· Daniel Oldberg · Smart Home · 11 min read
Smartifying old heat pump and reduce electricity costs
Preparing for a cold winter and higher energy costs by smartifying my 14 year old geothermal heat pump. Check out my blog if you're interested in reading on how I try to reduce my energy bills this winter using Arduino, some code and electricity spot pricing.
Introduction
In hard times comes many difficulties. One us Europeans are facing today is the energy crisis. Cost of energy has drastically increased. In my country, Sweden, we’ve been blessed with low energy prices which benefits us greatly as using electricity is crucial for our heating houses, mostly using different kinds of heat pumps and direct heating. Since the energy crisis in Europe, this has now changed and we’re moving into a cold winter where temperatures normally drop to below -10 degrees and electricity prices are expected to increase up to 10 times the normal rate.
Are we doomed?
Yes.
Kidding aside, what can we actually do?
Here are three basic things that I’ve been doing:
- Look up my electricity provider and compare against the competition. This will of course vary depending on your location. In Sweden, you can purchase electricity from numerous vendors, i.e. open market, all with different pricing options such as:
- fixed (well, you used to be able to buy these)
- dynamic (ever changing according to electricity company’s own calculations, normally a cost / kWh based on all their customers usage) and then my personal favorite:
- spot hourly pricing. I use Tibber. - Get Tibber here (shameless referral link) This article will focus on the latter where you would be personally able to respond to the market set pricing and set usage accordingly to get a vast lower cost than the other alternatives.
- Get data to make smart decisions. This doesn’t have to be anything fancy, a wall power meter will suffice to monitor the usage on devices. The number that you’d be interested in is either the amount of Watts that a unit is driving or just measuring the kWh over a certain amount of time. A thousand watts (1000W) that is being run for one hour is equal to 1 kWh (Kilowatt-hour) which can then be compared against the current spot price. 2000 Watts for 30 minutes would be the same 1kWh. Having data lets your do smart decisions. A turned off TV drawing 10 Watts would draw 0,01 kWh which is 7,2kWh per month or 86,4kWh a year. Any investment in trying to solve this would probably never give a good return of investment. A 6000 Watt heater though, that’s another story.
- Once we have data to look at, then we try to find solutions to try to address the issues. How I normally do this is different depending on use case. In some cases, things that we run are just old and inefficient, which can be replaced by something modern and more energy efficient. One case might be an old dryer for clothes where newer ones might run a heat exchange to not let out hot air, thereby reducing energy consumption. Then we can look into how we can control items.

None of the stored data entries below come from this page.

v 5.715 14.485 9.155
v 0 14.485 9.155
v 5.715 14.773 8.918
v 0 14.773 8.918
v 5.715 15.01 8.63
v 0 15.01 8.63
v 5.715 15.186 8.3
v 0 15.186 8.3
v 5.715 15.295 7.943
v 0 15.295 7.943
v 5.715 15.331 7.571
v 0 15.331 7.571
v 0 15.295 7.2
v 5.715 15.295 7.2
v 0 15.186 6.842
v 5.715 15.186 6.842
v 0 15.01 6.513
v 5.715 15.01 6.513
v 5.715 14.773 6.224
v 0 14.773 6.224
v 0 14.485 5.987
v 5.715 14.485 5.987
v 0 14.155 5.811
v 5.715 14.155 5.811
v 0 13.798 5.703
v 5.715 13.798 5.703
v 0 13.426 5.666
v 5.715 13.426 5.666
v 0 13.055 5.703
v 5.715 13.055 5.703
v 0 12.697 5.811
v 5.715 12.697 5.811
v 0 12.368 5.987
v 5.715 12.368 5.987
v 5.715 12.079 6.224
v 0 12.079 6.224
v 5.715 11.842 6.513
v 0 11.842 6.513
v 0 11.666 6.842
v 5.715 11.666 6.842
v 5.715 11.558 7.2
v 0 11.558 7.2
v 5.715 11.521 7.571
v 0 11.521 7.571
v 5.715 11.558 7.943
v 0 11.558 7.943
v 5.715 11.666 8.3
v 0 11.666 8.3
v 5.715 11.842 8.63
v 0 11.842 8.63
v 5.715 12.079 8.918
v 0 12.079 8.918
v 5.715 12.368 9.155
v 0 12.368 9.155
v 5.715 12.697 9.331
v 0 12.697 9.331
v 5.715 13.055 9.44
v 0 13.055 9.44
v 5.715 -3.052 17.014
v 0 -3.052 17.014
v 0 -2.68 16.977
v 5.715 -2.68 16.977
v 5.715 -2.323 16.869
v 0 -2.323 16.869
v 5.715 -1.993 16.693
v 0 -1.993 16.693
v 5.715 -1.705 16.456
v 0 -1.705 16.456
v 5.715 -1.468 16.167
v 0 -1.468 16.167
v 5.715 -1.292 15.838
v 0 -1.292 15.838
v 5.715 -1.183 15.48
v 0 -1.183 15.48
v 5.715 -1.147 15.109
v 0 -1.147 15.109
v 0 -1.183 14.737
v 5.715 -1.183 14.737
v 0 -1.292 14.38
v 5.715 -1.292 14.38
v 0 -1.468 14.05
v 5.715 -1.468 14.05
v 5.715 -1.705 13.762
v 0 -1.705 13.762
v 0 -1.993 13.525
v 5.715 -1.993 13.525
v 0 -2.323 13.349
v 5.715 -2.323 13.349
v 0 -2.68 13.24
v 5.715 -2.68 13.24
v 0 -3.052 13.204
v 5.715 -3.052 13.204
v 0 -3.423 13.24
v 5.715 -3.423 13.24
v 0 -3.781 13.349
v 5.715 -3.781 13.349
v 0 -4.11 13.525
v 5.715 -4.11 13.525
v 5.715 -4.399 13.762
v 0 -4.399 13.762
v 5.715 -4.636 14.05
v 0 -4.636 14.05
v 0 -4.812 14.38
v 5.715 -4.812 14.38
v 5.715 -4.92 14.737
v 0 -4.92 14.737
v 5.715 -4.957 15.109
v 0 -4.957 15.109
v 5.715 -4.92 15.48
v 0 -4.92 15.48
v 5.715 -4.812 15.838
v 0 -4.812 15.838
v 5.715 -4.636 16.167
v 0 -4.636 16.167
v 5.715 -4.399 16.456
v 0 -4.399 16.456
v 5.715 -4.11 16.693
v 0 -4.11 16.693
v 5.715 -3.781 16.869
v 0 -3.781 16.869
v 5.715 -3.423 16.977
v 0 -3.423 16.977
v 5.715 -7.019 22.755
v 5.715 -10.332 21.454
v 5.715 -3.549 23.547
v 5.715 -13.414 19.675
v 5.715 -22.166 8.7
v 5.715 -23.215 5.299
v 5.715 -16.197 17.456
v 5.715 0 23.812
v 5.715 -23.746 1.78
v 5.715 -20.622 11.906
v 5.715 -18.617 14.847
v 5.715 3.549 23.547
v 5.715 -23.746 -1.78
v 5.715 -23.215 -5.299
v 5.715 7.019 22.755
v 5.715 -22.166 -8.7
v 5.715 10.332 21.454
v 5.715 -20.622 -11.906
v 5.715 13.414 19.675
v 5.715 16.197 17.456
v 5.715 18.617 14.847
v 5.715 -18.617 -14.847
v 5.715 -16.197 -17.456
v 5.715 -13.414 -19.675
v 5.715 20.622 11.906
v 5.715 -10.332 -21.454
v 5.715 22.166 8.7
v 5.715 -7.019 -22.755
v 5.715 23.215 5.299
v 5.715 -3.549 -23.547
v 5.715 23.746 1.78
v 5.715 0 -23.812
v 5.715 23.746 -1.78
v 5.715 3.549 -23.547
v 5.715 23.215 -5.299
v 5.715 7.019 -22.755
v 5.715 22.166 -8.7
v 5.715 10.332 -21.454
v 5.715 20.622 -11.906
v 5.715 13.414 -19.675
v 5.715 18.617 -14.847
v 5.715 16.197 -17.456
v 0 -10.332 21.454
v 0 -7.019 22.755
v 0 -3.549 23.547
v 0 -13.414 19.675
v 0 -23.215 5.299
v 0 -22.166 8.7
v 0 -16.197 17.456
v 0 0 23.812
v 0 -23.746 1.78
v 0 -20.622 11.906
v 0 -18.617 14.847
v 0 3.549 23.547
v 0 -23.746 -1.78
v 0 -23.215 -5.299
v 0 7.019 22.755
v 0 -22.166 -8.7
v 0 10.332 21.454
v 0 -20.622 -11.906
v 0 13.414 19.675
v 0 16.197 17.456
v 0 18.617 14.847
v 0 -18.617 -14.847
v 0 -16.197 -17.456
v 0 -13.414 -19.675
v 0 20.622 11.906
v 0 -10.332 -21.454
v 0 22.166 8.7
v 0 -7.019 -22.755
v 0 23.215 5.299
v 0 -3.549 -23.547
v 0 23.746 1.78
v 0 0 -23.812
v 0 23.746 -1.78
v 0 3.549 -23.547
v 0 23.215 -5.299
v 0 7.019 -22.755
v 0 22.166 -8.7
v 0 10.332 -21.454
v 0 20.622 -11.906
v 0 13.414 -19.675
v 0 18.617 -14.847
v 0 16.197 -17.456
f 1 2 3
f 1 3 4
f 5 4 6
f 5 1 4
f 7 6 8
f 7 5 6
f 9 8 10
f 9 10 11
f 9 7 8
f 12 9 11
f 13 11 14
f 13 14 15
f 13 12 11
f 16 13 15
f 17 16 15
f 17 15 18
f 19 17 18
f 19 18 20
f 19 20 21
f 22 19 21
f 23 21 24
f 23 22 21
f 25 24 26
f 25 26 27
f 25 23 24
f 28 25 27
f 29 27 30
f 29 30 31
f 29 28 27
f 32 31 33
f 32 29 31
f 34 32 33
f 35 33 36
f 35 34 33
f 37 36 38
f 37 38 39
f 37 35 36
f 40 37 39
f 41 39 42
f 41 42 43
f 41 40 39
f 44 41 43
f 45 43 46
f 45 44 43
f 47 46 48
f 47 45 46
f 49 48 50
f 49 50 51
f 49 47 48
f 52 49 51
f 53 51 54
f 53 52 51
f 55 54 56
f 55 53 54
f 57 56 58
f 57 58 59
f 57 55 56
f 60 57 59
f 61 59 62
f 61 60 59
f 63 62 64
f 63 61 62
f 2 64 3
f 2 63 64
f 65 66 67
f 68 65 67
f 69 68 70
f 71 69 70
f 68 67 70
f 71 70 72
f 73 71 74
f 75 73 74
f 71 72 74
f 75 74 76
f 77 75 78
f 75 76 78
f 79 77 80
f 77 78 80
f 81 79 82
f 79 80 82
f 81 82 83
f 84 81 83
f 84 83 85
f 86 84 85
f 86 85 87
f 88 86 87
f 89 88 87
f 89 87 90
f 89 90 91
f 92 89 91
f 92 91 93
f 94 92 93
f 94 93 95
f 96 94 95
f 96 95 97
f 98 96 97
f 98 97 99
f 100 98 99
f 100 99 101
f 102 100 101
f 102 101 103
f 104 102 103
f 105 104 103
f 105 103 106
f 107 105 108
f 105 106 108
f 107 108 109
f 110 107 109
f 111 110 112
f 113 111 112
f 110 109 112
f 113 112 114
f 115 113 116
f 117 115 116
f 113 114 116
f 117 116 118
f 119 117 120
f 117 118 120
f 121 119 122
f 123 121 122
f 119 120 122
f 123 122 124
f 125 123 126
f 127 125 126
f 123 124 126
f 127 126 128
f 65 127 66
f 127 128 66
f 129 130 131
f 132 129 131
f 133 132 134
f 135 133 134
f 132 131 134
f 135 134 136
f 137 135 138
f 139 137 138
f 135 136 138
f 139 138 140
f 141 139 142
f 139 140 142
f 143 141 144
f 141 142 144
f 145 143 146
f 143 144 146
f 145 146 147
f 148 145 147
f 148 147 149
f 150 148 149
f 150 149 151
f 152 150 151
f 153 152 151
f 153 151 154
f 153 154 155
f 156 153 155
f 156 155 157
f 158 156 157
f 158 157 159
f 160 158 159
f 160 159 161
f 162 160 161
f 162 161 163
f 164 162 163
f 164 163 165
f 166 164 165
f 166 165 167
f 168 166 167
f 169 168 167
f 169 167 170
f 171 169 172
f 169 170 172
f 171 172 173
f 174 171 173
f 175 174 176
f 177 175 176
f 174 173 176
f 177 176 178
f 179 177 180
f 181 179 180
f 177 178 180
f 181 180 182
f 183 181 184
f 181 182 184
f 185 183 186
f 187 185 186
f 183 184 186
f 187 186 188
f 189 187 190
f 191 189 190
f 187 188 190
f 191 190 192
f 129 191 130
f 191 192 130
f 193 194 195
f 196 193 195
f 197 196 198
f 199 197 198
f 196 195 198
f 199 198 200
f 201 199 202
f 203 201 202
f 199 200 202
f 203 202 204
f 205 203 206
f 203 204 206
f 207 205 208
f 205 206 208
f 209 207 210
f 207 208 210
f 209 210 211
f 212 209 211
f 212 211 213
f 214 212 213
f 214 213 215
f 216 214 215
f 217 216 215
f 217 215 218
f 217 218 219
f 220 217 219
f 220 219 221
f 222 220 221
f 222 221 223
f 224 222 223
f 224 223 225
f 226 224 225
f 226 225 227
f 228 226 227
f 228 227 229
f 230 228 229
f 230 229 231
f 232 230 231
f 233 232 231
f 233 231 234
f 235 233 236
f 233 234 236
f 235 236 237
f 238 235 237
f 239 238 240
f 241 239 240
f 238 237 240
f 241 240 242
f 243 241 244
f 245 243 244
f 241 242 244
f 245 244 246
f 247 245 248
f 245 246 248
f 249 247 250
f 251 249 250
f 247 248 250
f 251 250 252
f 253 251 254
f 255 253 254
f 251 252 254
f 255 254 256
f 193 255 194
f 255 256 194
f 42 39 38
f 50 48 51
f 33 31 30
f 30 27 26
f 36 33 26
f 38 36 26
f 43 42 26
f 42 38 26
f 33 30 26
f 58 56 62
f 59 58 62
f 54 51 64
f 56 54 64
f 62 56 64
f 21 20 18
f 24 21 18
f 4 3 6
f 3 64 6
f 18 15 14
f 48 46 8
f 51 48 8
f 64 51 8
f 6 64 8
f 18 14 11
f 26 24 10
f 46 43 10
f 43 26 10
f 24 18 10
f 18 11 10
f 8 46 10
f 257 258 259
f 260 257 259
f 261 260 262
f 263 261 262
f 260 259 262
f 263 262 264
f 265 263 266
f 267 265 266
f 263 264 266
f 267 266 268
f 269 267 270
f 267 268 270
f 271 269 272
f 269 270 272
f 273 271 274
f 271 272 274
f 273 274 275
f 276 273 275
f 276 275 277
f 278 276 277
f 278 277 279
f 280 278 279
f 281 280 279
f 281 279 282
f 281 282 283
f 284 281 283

I run a ZigBee network connected to my Home Assistant instance where I can use things like simple [Ikea smart wall outlets] to easily turn on and off stuff depending on time schedules, etc. I’m also running quite a few Arduino ESP8266 using [ESPHome] where I can be more flexible and cost effective to implement my own logic.
Now we can use the above recipe on my particular problem.
1. My power provider
Like I said, I use Tibber and I think it’s great. I get hourly Nordpool spot pricing and I can get the current and next day’s pricing. I can charge our electric vehicles during the nights when prices are low, but spot pricing does introduce some slight inconvenience. Such as when adjusting daily rutines such as showering to late evenings.
2. Data
This is my consumtion last January 2021 according to the Tibber application. As clearly displayed in the graph, my biggest electricity usage is by my heating system. This gives me a good indication that there could be potential savings. I’m thinking - What if I can put the bulk of the heating into cheaper hours before pricing peaks in order to buffer heat in the heating system and the house. Depending on the price difference, that could have a large effect. Also, the obvious one, simply to not run heating when prices are high.

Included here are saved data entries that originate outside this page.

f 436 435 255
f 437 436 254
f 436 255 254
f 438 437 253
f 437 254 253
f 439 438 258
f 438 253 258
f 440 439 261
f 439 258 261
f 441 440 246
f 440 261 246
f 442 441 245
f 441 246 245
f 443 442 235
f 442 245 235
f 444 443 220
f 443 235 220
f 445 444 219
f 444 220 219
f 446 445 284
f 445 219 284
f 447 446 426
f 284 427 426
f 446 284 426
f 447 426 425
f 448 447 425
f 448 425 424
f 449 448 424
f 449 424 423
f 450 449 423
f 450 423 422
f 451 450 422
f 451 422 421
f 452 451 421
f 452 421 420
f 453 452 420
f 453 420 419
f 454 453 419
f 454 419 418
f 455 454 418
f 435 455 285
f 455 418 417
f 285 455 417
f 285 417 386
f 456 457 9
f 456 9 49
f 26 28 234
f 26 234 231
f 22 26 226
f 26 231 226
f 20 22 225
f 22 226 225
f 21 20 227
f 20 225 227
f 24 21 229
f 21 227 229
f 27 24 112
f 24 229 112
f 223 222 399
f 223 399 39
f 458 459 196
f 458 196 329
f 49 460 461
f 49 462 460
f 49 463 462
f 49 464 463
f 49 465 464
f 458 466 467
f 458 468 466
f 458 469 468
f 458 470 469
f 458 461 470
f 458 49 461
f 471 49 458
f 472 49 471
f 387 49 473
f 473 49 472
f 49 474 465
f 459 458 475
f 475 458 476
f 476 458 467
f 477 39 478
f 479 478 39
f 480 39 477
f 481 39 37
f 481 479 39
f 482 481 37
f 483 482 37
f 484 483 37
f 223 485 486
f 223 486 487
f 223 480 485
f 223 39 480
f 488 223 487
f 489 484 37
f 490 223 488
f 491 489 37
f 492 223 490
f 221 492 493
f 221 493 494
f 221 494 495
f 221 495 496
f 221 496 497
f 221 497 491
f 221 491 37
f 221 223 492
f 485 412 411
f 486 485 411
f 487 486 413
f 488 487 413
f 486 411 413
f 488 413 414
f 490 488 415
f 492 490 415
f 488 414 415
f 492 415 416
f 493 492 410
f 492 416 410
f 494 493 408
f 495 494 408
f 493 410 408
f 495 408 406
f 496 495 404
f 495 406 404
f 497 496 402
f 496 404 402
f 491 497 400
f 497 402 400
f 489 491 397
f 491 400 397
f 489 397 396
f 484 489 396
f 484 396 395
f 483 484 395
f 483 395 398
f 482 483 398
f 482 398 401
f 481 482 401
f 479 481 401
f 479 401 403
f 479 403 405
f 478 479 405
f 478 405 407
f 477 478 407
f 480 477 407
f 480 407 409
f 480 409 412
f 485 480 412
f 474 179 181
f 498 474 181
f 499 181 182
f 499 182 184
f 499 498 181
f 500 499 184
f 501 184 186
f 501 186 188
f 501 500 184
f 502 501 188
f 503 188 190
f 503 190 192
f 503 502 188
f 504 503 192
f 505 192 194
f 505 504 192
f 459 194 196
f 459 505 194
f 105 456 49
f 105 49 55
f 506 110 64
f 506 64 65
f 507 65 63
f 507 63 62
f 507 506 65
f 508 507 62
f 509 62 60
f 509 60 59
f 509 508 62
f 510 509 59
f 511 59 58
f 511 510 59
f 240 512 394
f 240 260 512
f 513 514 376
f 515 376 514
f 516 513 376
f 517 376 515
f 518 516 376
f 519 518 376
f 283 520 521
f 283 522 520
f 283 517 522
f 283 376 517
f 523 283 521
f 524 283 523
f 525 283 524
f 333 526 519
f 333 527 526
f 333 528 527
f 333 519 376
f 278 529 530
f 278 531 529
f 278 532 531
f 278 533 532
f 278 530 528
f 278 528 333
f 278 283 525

Tibber/Nordpool also provide me the current and next days prices so I should have a good basis on trying to perform some form of smart logic according to my thoughts mentioned above.
So I know that when the heat pump is running, it’s drawing somewhere about 3 to 6 kW. I know this as it’s being available using the energy company’s power switchboard which is required by law in Sweden. The peaks are mostly the heat pump starting.

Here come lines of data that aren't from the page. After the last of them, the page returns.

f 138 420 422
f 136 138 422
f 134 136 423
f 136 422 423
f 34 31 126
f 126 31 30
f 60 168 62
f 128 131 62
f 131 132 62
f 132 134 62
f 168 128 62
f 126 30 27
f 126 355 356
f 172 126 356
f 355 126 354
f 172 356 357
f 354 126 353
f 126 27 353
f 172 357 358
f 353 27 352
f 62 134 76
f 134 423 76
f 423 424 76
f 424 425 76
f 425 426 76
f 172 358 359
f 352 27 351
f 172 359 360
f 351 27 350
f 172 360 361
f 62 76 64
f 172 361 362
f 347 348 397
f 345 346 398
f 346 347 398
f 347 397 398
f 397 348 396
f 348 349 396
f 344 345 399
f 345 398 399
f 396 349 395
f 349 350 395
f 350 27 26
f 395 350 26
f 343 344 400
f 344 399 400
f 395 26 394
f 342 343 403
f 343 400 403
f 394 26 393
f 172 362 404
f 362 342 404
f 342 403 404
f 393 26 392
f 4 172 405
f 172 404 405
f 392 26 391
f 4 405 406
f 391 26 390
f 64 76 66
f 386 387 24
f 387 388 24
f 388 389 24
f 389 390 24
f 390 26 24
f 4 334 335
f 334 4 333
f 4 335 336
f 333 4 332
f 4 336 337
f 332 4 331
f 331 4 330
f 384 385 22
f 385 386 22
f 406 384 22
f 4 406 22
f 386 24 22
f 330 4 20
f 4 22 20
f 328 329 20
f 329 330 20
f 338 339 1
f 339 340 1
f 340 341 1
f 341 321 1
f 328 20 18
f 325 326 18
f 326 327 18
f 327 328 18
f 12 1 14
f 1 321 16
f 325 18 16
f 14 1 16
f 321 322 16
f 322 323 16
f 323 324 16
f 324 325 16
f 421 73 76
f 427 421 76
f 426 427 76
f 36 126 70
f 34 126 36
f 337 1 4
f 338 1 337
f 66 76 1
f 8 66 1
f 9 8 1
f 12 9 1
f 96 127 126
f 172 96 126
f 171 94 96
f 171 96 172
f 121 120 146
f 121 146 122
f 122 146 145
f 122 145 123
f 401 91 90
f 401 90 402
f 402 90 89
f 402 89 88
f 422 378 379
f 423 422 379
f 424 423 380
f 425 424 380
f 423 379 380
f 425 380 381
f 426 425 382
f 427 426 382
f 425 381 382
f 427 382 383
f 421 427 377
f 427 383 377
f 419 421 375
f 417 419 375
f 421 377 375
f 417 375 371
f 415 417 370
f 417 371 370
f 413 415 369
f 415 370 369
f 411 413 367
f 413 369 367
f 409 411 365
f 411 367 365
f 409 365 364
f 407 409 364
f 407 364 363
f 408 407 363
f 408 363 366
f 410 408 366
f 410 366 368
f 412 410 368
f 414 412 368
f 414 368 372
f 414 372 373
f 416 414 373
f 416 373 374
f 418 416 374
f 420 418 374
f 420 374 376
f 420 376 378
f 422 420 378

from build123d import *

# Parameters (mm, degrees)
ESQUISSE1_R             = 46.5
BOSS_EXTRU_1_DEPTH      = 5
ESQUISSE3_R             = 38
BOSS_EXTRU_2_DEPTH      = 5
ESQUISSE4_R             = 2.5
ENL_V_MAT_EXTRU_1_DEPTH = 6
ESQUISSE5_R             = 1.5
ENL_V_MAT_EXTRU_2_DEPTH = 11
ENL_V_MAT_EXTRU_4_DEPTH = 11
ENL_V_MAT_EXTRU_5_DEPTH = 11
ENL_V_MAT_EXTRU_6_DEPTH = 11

I suspect that this might suffice, but another idea that can to mind was to implement some smart logic according to the Weather and outside temperature. If I can get my hands on the predicted weather forecast, then I might for example start the heating before a potential cold snap.
3. Automation
My heat pump
My heat pump is the ancient geothermal heat pump Thermia Diplomat TWS 10 which is responsible for heating the entire house and warm water. It’s 14 years old and starting to make weird noises, but I have high hopes to keep it going for a few more years before kicking the bucket.There is no external thermostat connected in the house (because why make it easy?) so the way to change temperature is to push the buttons on the heat pump panel.
So, how could I smartify this?
Looking at all this, nothing stands out to me in terms of standardized interfaces that I could connect to. The manual doesn’t really address is either. I honestly don’t even know what half of these things do, and I’m not too keen on finding out.
So, I started thinking, when I click a button on the heat pump panel, I noticed that there are mechanical switches that I’m clicking. I took of the display circuit board to have a closer look. What does these switches do? Do they send advanced digital signals to a signal processor to perform a bunch of logic? Not really, they really just close a circuit.
I could try to add an additional switch and closing the circuit using some other way. Perhaps a cheap WiFi enabled Arduino using normal relays?
So I soldered some wires to all the buttons and terminated them with crimps and Molex Microfit connector to make connection easy outside of the heat pump.
In theory, I can now close the circuit between for example the blue cables to send an up arrow key press. I’m really only currently interested in the up and down keys but I included cabling for left and right as well while have taken the thing apart.
The electronics - The iLabs ESP210 & Relays
Disclaimer - all electronics will go into a neat box in the future.
I chose to use the iLabs ESP210 as my main board because of its small size and fitting all the requirements of this project. The whole circuit is powered by an external 5v 2A power supply which is a must to drive these relays. The relays I had on hand are a bit strange as the onboard transistor does not appear to do its job. So I had to use an 2n3904 NPN transistor to close the circuit to GND. I used GPIO16 (up) and GPIO15(down) as the base for the transistors.
This is the schematic of the transistor triggering the relay, and should already work on the module.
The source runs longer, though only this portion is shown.